ACTIVITY:
Your answer must consist of exactly the lines below, starting with the line with "v 3.175 3.1378 -0.4847" and going on through the line with "v 3.175 0.6625 -2.6162", and nothing else.

SUPPLIED ENTRIES:

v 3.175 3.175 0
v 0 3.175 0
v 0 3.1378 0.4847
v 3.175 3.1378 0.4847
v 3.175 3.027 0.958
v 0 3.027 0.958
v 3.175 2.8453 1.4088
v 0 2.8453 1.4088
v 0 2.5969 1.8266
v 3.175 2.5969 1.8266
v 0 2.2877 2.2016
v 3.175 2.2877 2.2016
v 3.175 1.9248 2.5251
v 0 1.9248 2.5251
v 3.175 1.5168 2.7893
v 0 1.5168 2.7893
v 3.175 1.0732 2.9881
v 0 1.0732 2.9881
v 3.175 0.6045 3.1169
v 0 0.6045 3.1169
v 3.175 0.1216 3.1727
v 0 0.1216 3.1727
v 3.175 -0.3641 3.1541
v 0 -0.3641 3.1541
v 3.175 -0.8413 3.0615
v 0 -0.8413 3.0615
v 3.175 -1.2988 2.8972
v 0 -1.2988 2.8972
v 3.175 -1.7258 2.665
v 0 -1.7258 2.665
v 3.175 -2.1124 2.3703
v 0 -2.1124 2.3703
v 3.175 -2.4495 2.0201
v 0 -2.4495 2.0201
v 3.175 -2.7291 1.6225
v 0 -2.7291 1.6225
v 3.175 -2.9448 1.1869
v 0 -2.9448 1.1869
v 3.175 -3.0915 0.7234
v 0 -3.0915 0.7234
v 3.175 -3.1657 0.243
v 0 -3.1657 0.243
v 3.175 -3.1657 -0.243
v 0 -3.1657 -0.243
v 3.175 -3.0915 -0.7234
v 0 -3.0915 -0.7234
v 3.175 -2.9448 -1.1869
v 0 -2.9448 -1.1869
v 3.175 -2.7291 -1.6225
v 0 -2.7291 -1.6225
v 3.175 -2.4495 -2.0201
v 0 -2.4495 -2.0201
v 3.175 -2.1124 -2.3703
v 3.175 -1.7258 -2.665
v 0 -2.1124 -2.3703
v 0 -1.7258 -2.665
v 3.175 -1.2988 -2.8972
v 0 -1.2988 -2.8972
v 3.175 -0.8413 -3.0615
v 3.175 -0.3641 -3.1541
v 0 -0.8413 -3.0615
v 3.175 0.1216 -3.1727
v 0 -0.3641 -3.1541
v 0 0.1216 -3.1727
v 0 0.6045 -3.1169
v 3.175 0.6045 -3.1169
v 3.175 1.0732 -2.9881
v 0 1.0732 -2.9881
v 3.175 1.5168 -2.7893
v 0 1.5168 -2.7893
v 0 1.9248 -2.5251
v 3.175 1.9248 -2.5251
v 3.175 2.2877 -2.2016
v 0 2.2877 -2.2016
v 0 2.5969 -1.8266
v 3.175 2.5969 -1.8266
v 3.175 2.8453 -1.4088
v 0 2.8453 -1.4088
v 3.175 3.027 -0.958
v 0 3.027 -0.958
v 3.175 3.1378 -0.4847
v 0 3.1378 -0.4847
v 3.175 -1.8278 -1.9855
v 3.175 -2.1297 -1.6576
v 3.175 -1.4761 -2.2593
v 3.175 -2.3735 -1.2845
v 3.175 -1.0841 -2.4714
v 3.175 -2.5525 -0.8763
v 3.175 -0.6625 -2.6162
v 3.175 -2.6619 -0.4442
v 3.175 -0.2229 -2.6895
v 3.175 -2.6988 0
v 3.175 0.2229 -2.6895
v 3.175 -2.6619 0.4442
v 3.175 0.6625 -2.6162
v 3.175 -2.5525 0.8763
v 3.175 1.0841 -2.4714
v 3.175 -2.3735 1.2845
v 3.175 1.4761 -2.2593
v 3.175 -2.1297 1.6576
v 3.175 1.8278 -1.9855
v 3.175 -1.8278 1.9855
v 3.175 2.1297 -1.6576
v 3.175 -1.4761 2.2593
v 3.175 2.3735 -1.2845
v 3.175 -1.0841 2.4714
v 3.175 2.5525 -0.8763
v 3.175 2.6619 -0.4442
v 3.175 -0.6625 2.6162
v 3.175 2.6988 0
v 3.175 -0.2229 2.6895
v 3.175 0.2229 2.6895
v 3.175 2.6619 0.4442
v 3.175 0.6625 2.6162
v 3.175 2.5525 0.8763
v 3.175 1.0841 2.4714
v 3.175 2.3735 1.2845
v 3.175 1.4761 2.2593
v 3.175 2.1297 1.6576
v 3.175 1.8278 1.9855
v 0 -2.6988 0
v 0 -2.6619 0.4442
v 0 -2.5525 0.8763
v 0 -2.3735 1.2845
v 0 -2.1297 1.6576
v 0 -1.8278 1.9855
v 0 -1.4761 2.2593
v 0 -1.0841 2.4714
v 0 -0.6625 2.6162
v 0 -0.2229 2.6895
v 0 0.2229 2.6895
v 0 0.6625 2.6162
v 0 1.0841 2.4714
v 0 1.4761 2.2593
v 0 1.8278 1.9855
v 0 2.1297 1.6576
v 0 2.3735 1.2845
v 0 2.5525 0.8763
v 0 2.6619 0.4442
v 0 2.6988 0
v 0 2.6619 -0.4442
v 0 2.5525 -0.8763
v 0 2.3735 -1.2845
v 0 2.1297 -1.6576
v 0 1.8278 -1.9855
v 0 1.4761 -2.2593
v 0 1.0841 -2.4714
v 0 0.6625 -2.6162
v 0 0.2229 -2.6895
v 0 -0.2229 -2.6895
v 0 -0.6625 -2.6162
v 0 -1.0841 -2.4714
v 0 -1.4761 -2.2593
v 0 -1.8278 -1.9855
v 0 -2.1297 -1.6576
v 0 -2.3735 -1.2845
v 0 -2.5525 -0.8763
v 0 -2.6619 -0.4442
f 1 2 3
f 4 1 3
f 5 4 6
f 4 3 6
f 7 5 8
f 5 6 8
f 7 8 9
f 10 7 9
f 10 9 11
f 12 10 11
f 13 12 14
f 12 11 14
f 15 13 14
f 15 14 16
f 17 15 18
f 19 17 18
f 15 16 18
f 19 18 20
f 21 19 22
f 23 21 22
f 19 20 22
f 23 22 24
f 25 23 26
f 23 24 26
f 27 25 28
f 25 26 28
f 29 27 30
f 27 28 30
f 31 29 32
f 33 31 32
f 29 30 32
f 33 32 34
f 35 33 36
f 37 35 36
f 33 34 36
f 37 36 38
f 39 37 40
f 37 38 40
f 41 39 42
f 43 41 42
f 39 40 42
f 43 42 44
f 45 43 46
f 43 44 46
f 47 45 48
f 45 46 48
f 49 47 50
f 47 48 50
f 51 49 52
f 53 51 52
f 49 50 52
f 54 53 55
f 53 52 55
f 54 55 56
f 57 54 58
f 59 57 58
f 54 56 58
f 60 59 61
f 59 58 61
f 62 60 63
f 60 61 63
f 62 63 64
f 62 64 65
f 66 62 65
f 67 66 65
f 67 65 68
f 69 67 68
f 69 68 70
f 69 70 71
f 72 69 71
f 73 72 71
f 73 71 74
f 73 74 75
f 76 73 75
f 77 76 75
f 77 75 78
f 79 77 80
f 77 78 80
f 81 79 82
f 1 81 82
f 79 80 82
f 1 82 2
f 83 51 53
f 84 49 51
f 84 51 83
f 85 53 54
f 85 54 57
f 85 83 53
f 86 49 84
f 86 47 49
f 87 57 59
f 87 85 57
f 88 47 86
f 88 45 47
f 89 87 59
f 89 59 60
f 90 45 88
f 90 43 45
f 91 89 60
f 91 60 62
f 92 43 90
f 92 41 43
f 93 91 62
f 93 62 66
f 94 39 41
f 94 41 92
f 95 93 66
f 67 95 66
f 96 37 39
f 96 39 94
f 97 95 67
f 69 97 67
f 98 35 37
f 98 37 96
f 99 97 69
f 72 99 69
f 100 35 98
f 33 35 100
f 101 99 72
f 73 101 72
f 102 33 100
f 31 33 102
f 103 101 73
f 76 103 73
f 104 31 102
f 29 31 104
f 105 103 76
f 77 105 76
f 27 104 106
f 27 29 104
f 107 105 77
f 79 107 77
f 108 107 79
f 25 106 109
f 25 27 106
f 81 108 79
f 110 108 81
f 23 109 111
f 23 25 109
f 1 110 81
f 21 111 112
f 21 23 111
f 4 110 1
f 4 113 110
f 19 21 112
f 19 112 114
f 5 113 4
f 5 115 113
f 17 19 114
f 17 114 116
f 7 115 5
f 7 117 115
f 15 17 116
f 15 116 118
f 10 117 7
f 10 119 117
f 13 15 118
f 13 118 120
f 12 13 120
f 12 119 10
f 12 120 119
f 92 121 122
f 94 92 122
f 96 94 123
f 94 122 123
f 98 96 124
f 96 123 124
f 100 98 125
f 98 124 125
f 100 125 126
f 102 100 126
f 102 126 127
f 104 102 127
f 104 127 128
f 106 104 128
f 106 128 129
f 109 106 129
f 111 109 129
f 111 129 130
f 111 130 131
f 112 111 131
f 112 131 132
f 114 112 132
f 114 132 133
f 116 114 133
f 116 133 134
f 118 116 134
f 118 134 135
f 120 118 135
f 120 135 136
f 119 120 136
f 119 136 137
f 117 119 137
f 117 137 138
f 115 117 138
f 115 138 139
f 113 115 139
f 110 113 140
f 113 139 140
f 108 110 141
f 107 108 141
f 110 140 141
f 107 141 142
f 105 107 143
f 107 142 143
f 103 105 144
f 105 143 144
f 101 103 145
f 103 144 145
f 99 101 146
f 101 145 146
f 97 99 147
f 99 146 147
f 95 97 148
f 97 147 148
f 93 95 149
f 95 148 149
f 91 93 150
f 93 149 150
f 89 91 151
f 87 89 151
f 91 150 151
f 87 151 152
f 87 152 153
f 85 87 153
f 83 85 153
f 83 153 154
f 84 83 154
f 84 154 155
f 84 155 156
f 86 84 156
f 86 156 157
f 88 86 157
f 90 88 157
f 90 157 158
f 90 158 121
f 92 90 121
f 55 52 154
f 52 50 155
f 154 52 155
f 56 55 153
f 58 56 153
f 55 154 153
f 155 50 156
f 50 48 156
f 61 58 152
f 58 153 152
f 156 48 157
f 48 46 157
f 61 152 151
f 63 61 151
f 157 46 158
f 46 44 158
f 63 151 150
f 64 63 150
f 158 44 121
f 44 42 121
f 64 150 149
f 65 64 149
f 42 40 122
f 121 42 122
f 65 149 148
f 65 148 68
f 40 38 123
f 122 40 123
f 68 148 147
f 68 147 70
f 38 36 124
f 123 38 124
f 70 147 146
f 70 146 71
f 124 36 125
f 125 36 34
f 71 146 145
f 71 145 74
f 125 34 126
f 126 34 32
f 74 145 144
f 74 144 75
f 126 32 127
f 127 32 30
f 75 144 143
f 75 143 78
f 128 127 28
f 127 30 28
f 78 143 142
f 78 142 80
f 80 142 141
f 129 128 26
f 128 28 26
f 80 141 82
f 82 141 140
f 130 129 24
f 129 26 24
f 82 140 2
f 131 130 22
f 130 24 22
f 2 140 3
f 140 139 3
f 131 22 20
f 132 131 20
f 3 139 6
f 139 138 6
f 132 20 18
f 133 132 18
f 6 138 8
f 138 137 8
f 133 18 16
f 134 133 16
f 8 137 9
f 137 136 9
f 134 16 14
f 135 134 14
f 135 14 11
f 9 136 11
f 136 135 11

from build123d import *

# Parameters (mm, degrees)
F0_R     = 12.7
F1_DEPTH = 12.7
F3_D     = 21.59
F4_SCALE = 0.25


with BuildPart() as f1:
    # F0 (on Right) → F1 (new body)
    with BuildSketch(Plane.YZ):
        Circle(F0_R)
    extrude(amount=F1_DEPTH)

    # F3 (through all)
    with Locations(Plane.YZ.offset(12.7)):
        with Locations((0, 0)):
            Hole(F3_D / 2)


with BuildPart() as f1_1:
    # F4: moved
    add(f1.part.scale(F4_SCALE))


solid = f1_1.part
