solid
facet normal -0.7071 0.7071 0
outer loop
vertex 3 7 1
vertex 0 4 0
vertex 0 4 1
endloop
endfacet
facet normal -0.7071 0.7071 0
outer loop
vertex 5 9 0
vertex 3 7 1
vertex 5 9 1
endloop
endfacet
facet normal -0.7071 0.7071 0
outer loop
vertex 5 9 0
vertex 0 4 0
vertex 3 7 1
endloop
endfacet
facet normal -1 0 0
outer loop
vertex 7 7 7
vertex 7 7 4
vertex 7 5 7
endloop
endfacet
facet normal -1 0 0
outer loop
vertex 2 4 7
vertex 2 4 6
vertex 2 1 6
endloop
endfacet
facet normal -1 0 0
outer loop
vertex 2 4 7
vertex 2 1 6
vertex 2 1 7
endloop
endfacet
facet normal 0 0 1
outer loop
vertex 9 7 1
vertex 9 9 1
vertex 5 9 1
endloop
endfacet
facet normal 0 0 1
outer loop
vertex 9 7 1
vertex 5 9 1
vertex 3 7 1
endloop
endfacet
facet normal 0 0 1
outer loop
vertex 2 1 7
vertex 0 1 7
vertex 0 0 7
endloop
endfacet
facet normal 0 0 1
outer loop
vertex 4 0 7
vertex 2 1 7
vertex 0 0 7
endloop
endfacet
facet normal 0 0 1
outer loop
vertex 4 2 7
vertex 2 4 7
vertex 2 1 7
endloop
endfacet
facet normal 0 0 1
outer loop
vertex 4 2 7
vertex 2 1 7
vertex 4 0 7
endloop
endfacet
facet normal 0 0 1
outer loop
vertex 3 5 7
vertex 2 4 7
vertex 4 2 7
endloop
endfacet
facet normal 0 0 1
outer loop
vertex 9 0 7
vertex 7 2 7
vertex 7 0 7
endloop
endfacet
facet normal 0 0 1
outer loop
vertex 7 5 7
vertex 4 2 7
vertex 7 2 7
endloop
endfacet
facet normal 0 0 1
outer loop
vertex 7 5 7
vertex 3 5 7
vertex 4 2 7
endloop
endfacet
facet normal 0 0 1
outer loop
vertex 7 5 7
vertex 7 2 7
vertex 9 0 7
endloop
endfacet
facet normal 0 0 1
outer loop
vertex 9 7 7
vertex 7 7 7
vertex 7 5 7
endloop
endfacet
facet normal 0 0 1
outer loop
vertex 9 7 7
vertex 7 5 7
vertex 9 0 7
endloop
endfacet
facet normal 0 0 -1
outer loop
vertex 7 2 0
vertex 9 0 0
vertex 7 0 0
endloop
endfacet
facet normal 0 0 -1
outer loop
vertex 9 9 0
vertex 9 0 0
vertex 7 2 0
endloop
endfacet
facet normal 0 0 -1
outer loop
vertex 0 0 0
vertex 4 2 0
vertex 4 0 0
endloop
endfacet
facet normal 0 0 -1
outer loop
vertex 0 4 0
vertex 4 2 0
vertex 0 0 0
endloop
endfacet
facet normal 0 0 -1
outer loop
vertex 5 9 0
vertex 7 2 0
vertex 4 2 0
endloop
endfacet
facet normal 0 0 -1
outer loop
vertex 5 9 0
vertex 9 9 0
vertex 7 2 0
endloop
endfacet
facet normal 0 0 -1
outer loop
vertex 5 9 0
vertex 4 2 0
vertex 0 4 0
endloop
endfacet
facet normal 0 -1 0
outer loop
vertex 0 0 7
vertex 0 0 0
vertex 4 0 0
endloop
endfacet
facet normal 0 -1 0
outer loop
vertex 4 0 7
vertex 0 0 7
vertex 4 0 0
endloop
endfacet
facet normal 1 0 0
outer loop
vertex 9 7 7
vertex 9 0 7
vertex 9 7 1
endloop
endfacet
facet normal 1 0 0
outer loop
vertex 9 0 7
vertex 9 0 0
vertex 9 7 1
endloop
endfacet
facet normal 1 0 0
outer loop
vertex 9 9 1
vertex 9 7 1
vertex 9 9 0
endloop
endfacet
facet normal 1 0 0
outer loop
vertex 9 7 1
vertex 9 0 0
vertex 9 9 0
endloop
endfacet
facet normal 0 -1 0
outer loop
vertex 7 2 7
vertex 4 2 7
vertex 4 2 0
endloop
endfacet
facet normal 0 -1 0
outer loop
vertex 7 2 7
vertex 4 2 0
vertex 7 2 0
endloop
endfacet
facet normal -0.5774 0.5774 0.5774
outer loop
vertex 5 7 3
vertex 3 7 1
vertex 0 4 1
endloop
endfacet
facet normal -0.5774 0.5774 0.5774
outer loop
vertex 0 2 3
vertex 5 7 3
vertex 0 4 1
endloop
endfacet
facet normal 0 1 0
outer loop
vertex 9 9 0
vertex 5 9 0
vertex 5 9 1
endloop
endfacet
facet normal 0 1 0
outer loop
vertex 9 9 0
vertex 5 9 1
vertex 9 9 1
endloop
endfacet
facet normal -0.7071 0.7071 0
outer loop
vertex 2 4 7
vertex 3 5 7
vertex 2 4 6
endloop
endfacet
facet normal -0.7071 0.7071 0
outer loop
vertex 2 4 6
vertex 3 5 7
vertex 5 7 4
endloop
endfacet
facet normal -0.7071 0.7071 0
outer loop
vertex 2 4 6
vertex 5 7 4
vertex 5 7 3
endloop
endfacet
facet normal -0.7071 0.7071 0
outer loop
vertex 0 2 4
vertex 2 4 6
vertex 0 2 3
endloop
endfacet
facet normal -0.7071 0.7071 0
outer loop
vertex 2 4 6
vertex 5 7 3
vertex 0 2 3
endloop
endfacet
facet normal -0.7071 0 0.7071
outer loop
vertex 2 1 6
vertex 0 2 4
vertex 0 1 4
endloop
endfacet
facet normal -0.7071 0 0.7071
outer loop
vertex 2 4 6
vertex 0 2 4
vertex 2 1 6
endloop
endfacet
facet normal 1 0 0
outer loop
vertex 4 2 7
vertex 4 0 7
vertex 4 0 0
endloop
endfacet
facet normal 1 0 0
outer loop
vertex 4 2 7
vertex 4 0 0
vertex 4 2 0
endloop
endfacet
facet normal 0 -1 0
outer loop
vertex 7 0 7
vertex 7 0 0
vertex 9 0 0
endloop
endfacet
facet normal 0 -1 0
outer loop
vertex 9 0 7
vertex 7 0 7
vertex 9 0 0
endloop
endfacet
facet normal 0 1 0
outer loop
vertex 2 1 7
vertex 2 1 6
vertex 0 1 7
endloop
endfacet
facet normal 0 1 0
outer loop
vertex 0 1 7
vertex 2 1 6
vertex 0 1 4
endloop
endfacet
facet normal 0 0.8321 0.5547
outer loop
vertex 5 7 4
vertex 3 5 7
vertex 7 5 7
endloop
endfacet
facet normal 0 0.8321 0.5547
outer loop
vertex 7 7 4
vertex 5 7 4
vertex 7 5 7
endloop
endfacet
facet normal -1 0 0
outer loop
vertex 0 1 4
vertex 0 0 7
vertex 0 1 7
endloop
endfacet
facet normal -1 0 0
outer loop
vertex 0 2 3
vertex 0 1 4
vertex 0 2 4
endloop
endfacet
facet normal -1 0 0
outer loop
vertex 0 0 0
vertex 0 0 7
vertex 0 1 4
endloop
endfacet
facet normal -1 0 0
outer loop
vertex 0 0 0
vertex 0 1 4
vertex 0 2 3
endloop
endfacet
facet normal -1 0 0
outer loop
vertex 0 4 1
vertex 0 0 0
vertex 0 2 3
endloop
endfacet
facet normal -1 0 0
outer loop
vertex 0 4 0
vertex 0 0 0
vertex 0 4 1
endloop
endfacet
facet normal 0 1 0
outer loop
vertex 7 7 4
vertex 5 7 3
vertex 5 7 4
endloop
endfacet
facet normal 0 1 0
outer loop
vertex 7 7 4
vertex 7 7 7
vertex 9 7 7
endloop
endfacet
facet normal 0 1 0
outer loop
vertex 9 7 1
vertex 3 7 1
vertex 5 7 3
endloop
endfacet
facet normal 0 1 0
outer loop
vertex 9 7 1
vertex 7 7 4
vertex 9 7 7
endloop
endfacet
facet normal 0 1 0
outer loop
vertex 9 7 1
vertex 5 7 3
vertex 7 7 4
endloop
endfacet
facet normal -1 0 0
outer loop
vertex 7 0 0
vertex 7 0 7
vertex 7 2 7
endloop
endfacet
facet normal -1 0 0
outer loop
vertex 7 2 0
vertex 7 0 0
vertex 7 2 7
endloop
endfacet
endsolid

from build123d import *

# Parameters (mm, degrees)
BOSS_EXTRUDE1_DEPTH = 1
SKETCH2_W           = 9
SKETCH2_H           = 7
BOSS_EXTRUDE2_DEPTH = 6
CUT_EXTRUDE1_DEPTH  = 6
SKETCH4_W           = 3
SKETCH4_H           = 2
CUT_EXTRUDE3_DEPTH  = 7
CUT_EXTRUDE5_DEPTH  = 6
CUT_EXTRUDE6_DEPTH  = 6
CUT_EXTRUDE7_DEPTH  = 6


with BuildPart() as part:
    # Sketch1 → Boss-Extrude1 (new body)
    with BuildSketch(Plane.XY):
        Polygon((0, 4), (5, 9), (9, 9), (9, 0), (0, 0), align=None)
    extrude(amount=BOSS_EXTRUDE1_DEPTH)

    # Sketch2 → Boss-Extrude2 (add)
    with BuildSketch(Plane.XY.offset(1)):
        with Locations((4.5, 3.5)):
            Rectangle(SKETCH2_W, SKETCH2_H)
    extrude(amount=BOSS_EXTRUDE2_DEPTH)

    # 3DSketch1 → Cut-Extrude1 (cut, along a direction that is not the sketch's normal)
    with BuildSketch(Plane(origin=(7, 7, 4), x_dir=(-0.7427813527082076, -0.3713906763541037, 0.5570860145311556), z_dir=(0, 0.8320502943378437, 0.554700196225229))):
        Polygon((0, 0), (2.414039396, 2.678136254), (5.385164807, 0), (1.485562705, -1.339068127), align=None)
    extrude(amount=CUT_EXTRUDE1_DEPTH, dir=(0, 1, 0), mode=Mode.SUBTRACT)

    # Sketch4 → Cut-Extrude3 (cut)
    with BuildSketch(Plane.XY.offset(7)):
        with Locations((5.5, 1)):
            Rectangle(SKETCH4_W, SKETCH4_H)
    extrude(amount=-CUT_EXTRUDE3_DEPTH, mode=Mode.SUBTRACT)

    # Sketch5 → Cut-Extrude5 (cut)
    with BuildSketch(Plane(origin=(0, 7, 0), x_dir=(1, 0, 0), z_dir=(0, 1, 0))):
        Polygon((0, -7), (0, -4), (2, -6), (2, -7), align=None)
    extrude(amount=-CUT_EXTRUDE5_DEPTH, mode=Mode.SUBTRACT)

    # 3DSketch4 → Cut-Extrude6 (cut, along a direction that is not the sketch's normal)
    with BuildSketch(Plane(origin=(3, 5, 7), x_dir=(-0.5144957554275265, -0.5144957554275265, -0.6859943405700355), z_dir=(0.7071067811865475, -0.7071067811865476, 0))):
        Polygon((0, 0), (1.028991511, -0.9701425), (1.714985851, -0.242535625), (5.144957554, -0.727606875), (5.830951895, 0), (0.685994341, 4.850712501), (0, 4.123105626), align=None)
    extrude(amount=-CUT_EXTRUDE6_DEPTH, dir=(0, -1, 0), mode=Mode.SUBTRACT)

    # 3DSketch5 → Cut-Extrude7 (cut, along a direction that is not the sketch's normal)
    with BuildSketch(Plane(origin=(0, 2, 3), x_dir=(0.7071067811865476, 0.7071067811865475, 0), z_dir=(-0.577350269189626, 0.577350269189626, 0.5773502691896256))):
        Polygon((0, 0), (1.414213562, 2.449489743), (5.656854249, 2.449489743), (7.071067812, 0), align=None)
    extrude(amount=CUT_EXTRUDE7_DEPTH, dir=(0, 1, 0), mode=Mode.SUBTRACT)


solid = part.part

WORKED SOLUTION:
v 3.175 3.1378 -0.4847
v 0 3.1378 -0.4847
v 3.175 -1.8278 -1.9855
v 3.175 -2.1297 -1.6576
v 3.175 -1.4761 -2.2593
v 3.175 -2.3735 -1.2845
v 3.175 -1.0841 -2.4714
v 3.175 -2.5525 -0.8763
v 3.175 -0.6625 -2.6162
v 3.175 -2.6619 -0.4442
v 3.175 -0.2229 -2.6895
v 3.175 -2.6988 0
v 3.175 0.2229 -2.6895
v 3.175 -2.6619 0.4442
v 3.175 0.6625 -2.6162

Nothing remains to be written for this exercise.